Return, in their exact form, the lines that lie between the start of the data below and the line containing "e23 v23 v22 LINE", with both ends included.

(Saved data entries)

· · · · · · ·

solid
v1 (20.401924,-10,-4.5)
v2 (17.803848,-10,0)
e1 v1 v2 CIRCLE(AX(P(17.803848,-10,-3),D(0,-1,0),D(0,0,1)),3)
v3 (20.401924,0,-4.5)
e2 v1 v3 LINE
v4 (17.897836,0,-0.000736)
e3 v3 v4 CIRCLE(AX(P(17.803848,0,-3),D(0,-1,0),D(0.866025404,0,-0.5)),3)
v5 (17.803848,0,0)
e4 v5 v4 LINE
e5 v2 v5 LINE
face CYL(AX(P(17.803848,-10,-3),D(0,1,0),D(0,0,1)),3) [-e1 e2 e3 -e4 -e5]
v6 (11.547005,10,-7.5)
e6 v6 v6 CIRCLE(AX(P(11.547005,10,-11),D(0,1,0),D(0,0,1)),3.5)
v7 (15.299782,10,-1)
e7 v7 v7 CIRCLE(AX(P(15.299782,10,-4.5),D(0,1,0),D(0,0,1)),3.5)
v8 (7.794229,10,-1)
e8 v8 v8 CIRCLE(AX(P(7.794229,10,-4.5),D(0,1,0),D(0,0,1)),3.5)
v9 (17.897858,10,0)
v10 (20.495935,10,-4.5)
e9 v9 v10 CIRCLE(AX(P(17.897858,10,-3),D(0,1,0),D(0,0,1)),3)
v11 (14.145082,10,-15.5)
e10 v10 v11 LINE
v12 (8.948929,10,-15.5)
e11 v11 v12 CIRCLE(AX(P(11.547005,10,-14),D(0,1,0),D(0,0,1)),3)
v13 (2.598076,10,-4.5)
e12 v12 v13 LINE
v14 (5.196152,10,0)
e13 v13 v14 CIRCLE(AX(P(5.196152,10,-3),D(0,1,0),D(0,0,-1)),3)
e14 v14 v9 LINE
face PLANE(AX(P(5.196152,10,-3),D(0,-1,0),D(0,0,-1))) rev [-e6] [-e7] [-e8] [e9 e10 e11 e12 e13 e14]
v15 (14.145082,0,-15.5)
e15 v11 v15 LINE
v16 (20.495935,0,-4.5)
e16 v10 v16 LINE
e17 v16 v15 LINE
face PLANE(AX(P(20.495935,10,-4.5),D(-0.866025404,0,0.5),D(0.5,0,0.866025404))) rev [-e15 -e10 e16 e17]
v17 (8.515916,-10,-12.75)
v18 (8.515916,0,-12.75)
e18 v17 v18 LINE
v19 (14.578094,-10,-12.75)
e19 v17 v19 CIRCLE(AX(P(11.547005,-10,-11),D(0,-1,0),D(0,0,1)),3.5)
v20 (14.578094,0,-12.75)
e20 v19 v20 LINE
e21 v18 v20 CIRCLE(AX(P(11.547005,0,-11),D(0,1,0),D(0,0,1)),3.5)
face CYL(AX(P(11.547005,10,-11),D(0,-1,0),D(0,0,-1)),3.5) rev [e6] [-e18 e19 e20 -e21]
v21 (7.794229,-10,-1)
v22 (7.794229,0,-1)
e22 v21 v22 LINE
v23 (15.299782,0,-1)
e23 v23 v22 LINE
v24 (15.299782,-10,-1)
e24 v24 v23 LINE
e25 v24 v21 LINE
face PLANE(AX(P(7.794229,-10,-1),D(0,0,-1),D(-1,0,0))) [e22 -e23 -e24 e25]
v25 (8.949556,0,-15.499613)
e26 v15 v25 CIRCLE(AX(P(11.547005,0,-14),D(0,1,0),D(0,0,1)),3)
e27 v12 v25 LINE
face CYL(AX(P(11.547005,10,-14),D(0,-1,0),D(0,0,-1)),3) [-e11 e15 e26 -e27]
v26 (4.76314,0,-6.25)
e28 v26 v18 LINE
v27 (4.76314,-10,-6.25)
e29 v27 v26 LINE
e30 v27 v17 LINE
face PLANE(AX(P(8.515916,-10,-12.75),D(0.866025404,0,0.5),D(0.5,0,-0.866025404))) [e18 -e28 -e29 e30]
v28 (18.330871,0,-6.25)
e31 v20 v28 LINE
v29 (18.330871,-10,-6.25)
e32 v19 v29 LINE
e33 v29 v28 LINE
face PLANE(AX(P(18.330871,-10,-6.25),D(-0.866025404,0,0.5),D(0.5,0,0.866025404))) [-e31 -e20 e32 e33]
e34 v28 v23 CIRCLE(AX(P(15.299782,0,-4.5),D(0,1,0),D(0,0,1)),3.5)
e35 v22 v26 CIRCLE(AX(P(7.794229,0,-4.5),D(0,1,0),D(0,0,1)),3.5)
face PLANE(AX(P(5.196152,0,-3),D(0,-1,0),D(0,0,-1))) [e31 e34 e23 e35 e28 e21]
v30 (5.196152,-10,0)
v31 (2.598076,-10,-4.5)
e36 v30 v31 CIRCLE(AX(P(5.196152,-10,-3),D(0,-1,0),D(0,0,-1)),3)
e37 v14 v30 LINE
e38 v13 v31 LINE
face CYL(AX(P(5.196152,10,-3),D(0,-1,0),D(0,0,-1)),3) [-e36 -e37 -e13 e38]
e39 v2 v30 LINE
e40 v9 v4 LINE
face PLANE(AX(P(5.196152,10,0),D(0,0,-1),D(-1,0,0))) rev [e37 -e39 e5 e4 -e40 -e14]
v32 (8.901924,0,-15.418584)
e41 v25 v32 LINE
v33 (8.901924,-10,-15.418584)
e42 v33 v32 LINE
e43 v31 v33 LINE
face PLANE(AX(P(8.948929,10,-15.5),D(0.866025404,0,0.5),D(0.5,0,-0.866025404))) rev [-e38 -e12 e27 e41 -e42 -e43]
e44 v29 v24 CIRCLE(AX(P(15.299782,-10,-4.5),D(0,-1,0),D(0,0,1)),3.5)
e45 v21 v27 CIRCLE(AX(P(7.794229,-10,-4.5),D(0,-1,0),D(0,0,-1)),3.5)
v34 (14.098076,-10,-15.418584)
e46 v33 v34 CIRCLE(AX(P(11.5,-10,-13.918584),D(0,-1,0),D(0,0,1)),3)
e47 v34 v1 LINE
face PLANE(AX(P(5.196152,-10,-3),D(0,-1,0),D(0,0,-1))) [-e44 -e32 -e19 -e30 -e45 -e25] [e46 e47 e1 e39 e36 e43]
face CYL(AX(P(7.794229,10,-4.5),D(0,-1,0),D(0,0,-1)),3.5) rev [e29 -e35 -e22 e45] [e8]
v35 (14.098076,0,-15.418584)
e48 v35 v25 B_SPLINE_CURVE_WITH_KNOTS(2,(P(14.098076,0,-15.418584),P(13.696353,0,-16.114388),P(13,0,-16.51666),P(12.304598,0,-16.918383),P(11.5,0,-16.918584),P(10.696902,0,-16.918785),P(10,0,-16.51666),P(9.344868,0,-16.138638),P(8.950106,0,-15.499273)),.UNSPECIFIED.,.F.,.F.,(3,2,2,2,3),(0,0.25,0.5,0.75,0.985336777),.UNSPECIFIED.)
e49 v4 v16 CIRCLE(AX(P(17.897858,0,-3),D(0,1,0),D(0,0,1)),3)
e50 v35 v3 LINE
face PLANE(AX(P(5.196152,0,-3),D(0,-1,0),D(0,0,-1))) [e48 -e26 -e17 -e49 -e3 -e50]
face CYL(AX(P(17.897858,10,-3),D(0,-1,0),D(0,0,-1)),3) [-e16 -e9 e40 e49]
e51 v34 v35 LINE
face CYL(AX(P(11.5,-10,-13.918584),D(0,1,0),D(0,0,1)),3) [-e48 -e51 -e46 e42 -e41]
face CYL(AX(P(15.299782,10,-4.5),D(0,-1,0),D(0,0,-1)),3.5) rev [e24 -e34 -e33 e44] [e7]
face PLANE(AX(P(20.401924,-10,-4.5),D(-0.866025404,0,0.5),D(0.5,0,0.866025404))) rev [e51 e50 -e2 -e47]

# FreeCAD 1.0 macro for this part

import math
import FreeCAD as App
import Part
import Sketcher
Q = App.Units.Quantity

doc = App.newDocument("Part")
params = doc.addObject("Spreadsheet::Sheet", "Params")
for row, (alias, value) in enumerate([
    ("sketch1_diameter", "7 mm"),
    ("sketch1_radius", "3 mm"),
    ("pad1_length", "10 mm"),
    ("sketch2_radius", "3 mm"),
    ("sketch2_radius2", "3.5 mm"),
    ("pad2_length", "10 mm"),
], start=1):
    params.set(f"A{row}", alias)
    params.set(f"B{row}", "=" + value)
    params.setAlias(f"B{row}", alias)

body = doc.addObject("PartDesign::Body", "Body")

sketch1 = doc.addObject("Sketcher::SketchObject", "Sketch")
body.addObject(sketch1)
sketch1.AttachmentSupport = (doc.XZ_Plane, [""])
sketch1.MapMode = "FlatFace"
sketch1.addGeometry([
    Part.LineSegment(App.Vector(5.2, 0, 0), App.Vector(17.9, 0, 0)),
    Part.ArcOfCircle(Part.Circle(App.Vector(17.9, -3, 0), App.Vector(0, 0, 1), 3), math.radians(-30), math.radians(90)),
    Part.LineSegment(App.Vector(20.5, -4.5, 0), App.Vector(14.1, -15.5, 0)),
    Part.ArcOfCircle(Part.Circle(App.Vector(11.5, -14, 0), App.Vector(0, 0, 1), 3), math.radians(-150), math.radians(-30)),
    Part.LineSegment(App.Vector(8.9, -15.5, 0), App.Vector(2.6, -4.5, 0)),
    Part.ArcOfCircle(Part.Circle(App.Vector(5.2, -3, 0), App.Vector(0, 0, 1), 3), math.radians(90), math.radians(210)),
    Part.Circle(App.Vector(7.8, -4.5, 0), App.Vector(0, 0, 1), 3.5),
    Part.Circle(App.Vector(15.3, -4.5, 0), App.Vector(0, 0, 1), 3.5),
    Part.Circle(App.Vector(11.5, -11, 0), App.Vector(0, 0, 1), 3.5),
], False)
sketch1.addConstraint([
    Sketcher.Constraint("Tangent", 0, 2, 1, 2),
    Sketcher.Constraint("Tangent", 1, 1, 2, 1),
    Sketcher.Constraint("Tangent", 2, 2, 3, 2),
    Sketcher.Constraint("Tangent", 3, 1, 4, 1),
    Sketcher.Constraint("Tangent", 4, 2, 5, 2),
    Sketcher.Constraint("Tangent", 5, 1, 0, 1),
    Sketcher.Constraint("Horizontal", 0),
    Sketcher.Constraint("Equal", 1, 3),
    Sketcher.Constraint("Equal", 3, 5),
    Sketcher.Constraint("Equal", 6, 7),
    Sketcher.Constraint("Equal", 7, 8),
    Sketcher.Constraint("PointOnObject", 0, 2, -1),
    Sketcher.Constraint("Horizontal", 6, 3, 7, 3),
    Sketcher.Constraint("Horizontal", 7, 3, 1, 1),
    Sketcher.Constraint("Horizontal", 2, 2, 3, 1),
    Sketcher.Constraint("Vertical", 3, 3, 8, 3),
    Sketcher.Constraint("Diameter", 6, 7.0),
    Sketcher.Constraint("Radius", 1, 3.0),
    Sketcher.Constraint("Angle", 2, Q("-120 deg")),
    Sketcher.Constraint("DistanceY", 3, 3, -1, 1, 14.0),
    Sketcher.Constraint("DistanceY", 8, 3, -1, 1, 11.0),
    Sketcher.Constraint("DistanceX", 2, 2, 7, 3, 1.154701),
    Sketcher.Constraint("DistanceX", 6, 3, 3, 1, 1.154701),
    Sketcher.Constraint("DistanceX", -1, 1, 1, 3, 17.897858),
])
sketch1.setExpression("Constraints[16]", "Params.sketch1_diameter")
sketch1.setExpression("Constraints[17]", "Params.sketch1_radius")
pad1 = doc.addObject("PartDesign::Pad", "Pad")
body.addObject(pad1)
pad1.Profile = sketch1
pad1.setExpression("Length", "Params.pad1_length")
pad1.Reversed = True

sketch2 = doc.addObject("Sketcher::SketchObject", "Sketch001")
body.addObject(sketch2)
sketch2.AttachmentSupport = (doc.XZ_Plane, [""])
sketch2.MapMode = "FlatFace"
sketch2.AttachmentOffset = App.Placement(App.Vector(0, 0, 10), App.Rotation())
sketch2.addGeometry([
    Part.LineSegment(App.Vector(17.8, 0, 0), App.Vector(5.2, 0, 0)),
    Part.ArcOfCircle(Part.Circle(App.Vector(5.2, -3, 0), App.Vector(0, 0, 1), 3), math.radians(90), math.radians(210)),
    Part.LineSegment(App.Vector(2.6, -4.5, 0), App.Vector(8.9, -15.4, 0)),
    Part.ArcOfCircle(Part.Circle(App.Vector(11.5, -13.9, 0), App.Vector(0, 0, 1), 3), math.radians(-150), math.radians(-30)),
    Part.LineSegment(App.Vector(14.1, -15.4, 0), App.Vector(20.4, -4.5, 0)),
    Part.ArcOfCircle(Part.Circle(App.Vector(17.8, -3, 0), App.Vector(0, 0, 1), 3), math.radians(-30), math.radians(90)),
    Part.LineSegment(App.Vector(7.8, -1, 0), App.Vector(15.3, -1, 0)),
    Part.ArcOfCircle(Part.Circle(App.Vector(15.3, -4.5, 0), App.Vector(0, 0, 1), 3.5), math.radians(-30), math.radians(90)),
    Part.LineSegment(App.Vector(18.3, -6.2, 0), App.Vector(14.6, -12.8, 0)),
    Part.ArcOfCircle(Part.Circle(App.Vector(11.5, -11, 0), App.Vector(0, 0, 1), 3.5), math.radians(-150), math.radians(-30)),
    Part.LineSegment(App.Vector(8.5, -12.8, 0), App.Vector(4.8, -6.2, 0)),
    Part.ArcOfCircle(Part.Circle(App.Vector(7.8, -4.5, 0), App.Vector(0, 0, 1), 3.5), math.radians(90), math.radians(210)),
], False)
sketch2.addConstraint([
    Sketcher.Constraint("Tangent", 0, 2, 1, 1),
    Sketcher.Constraint("Tangent", 1, 2, 2, 1),
    Sketcher.Constraint("Tangent", 2, 2, 3, 1),
    Sketcher.Constraint("Tangent", 3, 2, 4, 1),
    Sketcher.Constraint("Tangent", 4, 2, 5, 1),
    Sketcher.Constraint("Tangent", 5, 2, 0, 1),
    Sketcher.Constraint("Tangent", 6, 2, 7, 2),
    Sketcher.Constraint("Tangent", 7, 1, 8, 1),
    Sketcher.Constraint("Tangent", 8, 2, 9, 2),
    Sketcher.Constraint("Tangent", 9, 1, 10, 1),
    Sketcher.Constraint("Tangent", 10, 2, 11, 2),
    Sketcher.Constraint("Tangent", 11, 1, 6, 1),
    Sketcher.Constraint("Horizontal", 0),
    Sketcher.Constraint("Horizontal", 6),
    Sketcher.Constraint("Equal", 1, 3),
    Sketcher.Constraint("Equal", 3, 5),
    Sketcher.Constraint("Equal", 7, 9),
    Sketcher.Constraint("Equal", 9, 11),
    Sketcher.Constraint("PointOnObject", 0, 2, -1),
    Sketcher.Constraint("Parallel", 4, 8),
    Sketcher.Constraint("Parallel", 2, 10),
    Sketcher.Constraint("Horizontal", 11, 3, 1, 2),
    Sketcher.Constraint("Horizontal", 2, 2, 3, 2),
    Sketcher.Constraint("Radius", 1, 3.0),
    Sketcher.Constraint("Radius", 7, 3.5),
    Sketcher.Constraint("Angle", 2, Q("-60 deg")),
    Sketcher.Constraint("DistanceY", 9, 3, -1, 1, 11.0),
    Sketcher.Constraint("DistanceX", -1, 1, 3, 3, 11.5),
    Sketcher.Constraint("DistanceX", 0, 2, 0, 1, 12.607695),
    Sketcher.Constraint("DistanceX", -1, 1, 11, 3, 7.794229),
])
sketch2.setExpression("Constraints[23]", "Params.sketch2_radius")
sketch2.setExpression("Constraints[24]", "Params.sketch2_radius2")
pad2 = doc.addObject("PartDesign::Pad", "Pad001")
body.addObject(pad2)
pad2.Profile = sketch2
pad2.setExpression("Length", "Params.pad2_length")
pad2.Reversed = True

doc.recompute()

· · · · · · ·

> **Exercise response**
solid
v1 (20.401924,-10,-4.5)
v2 (17.803848,-10,0)
e1 v1 v2 CIRCLE(AX(P(17.803848,-10,-3),D(0,-1,0),D(0,0,1)),3)
v3 (20.401924,0,-4.5)
e2 v1 v3 LINE
v4 (17.897836,0,-0.000736)
e3 v3 v4 CIRCLE(AX(P(17.803848,0,-3),D(0,-1,0),D(0.866025404,0,-0.5)),3)
v5 (17.803848,0,0)
e4 v5 v4 LINE
e5 v2 v5 LINE
face CYL(AX(P(17.803848,-10,-3),D(0,1,0),D(0,0,1)),3) [-e1 e2 e3 -e4 -e5]
v6 (11.547005,10,-7.5)
e6 v6 v6 CIRCLE(AX(P(11.547005,10,-11),D(0,1,0),D(0,0,1)),3.5)
v7 (15.299782,10,-1)
e7 v7 v7 CIRCLE(AX(P(15.299782,10,-4.5),D(0,1,0),D(0,0,1)),3.5)
v8 (7.794229,10,-1)
e8 v8 v8 CIRCLE(AX(P(7.794229,10,-4.5),D(0,1,0),D(0,0,1)),3.5)
v9 (17.897858,10,0)
v10 (20.495935,10,-4.5)
e9 v9 v10 CIRCLE(AX(P(17.897858,10,-3),D(0,1,0),D(0,0,1)),3)
v11 (14.145082,10,-15.5)
e10 v10 v11 LINE
v12 (8.948929,10,-15.5)
e11 v11 v12 CIRCLE(AX(P(11.547005,10,-14),D(0,1,0),D(0,0,1)),3)
v13 (2.598076,10,-4.5)
e12 v12 v13 LINE
v14 (5.196152,10,0)
e13 v13 v14 CIRCLE(AX(P(5.196152,10,-3),D(0,1,0),D(0,0,-1)),3)
e14 v14 v9 LINE
face PLANE(AX(P(5.196152,10,-3),D(0,-1,0),D(0,0,-1))) rev [-e6] [-e7] [-e8] [e9 e10 e11 e12 e13 e14]
v15 (14.145082,0,-15.5)
e15 v11 v15 LINE
v16 (20.495935,0,-4.5)
e16 v10 v16 LINE
e17 v16 v15 LINE
face PLANE(AX(P(20.495935,10,-4.5),D(-0.866025404,0,0.5),D(0.5,0,0.866025404))) rev [-e15 -e10 e16 e17]
v17 (8.515916,-10,-12.75)
v18 (8.515916,0,-12.75)
e18 v17 v18 LINE
v19 (14.578094,-10,-12.75)
e19 v17 v19 CIRCLE(AX(P(11.547005,-10,-11),D(0,-1,0),D(0,0,1)),3.5)
v20 (14.578094,0,-12.75)
e20 v19 v20 LINE
e21 v18 v20 CIRCLE(AX(P(11.547005,0,-11),D(0,1,0),D(0,0,1)),3.5)
face CYL(AX(P(11.547005,10,-11),D(0,-1,0),D(0,0,-1)),3.5) rev [e6] [-e18 e19 e20 -e21]
v21 (7.794229,-10,-1)
v22 (7.794229,0,-1)
e22 v21 v22 LINE
v23 (15.299782,0,-1)
e23 v23 v22 LINE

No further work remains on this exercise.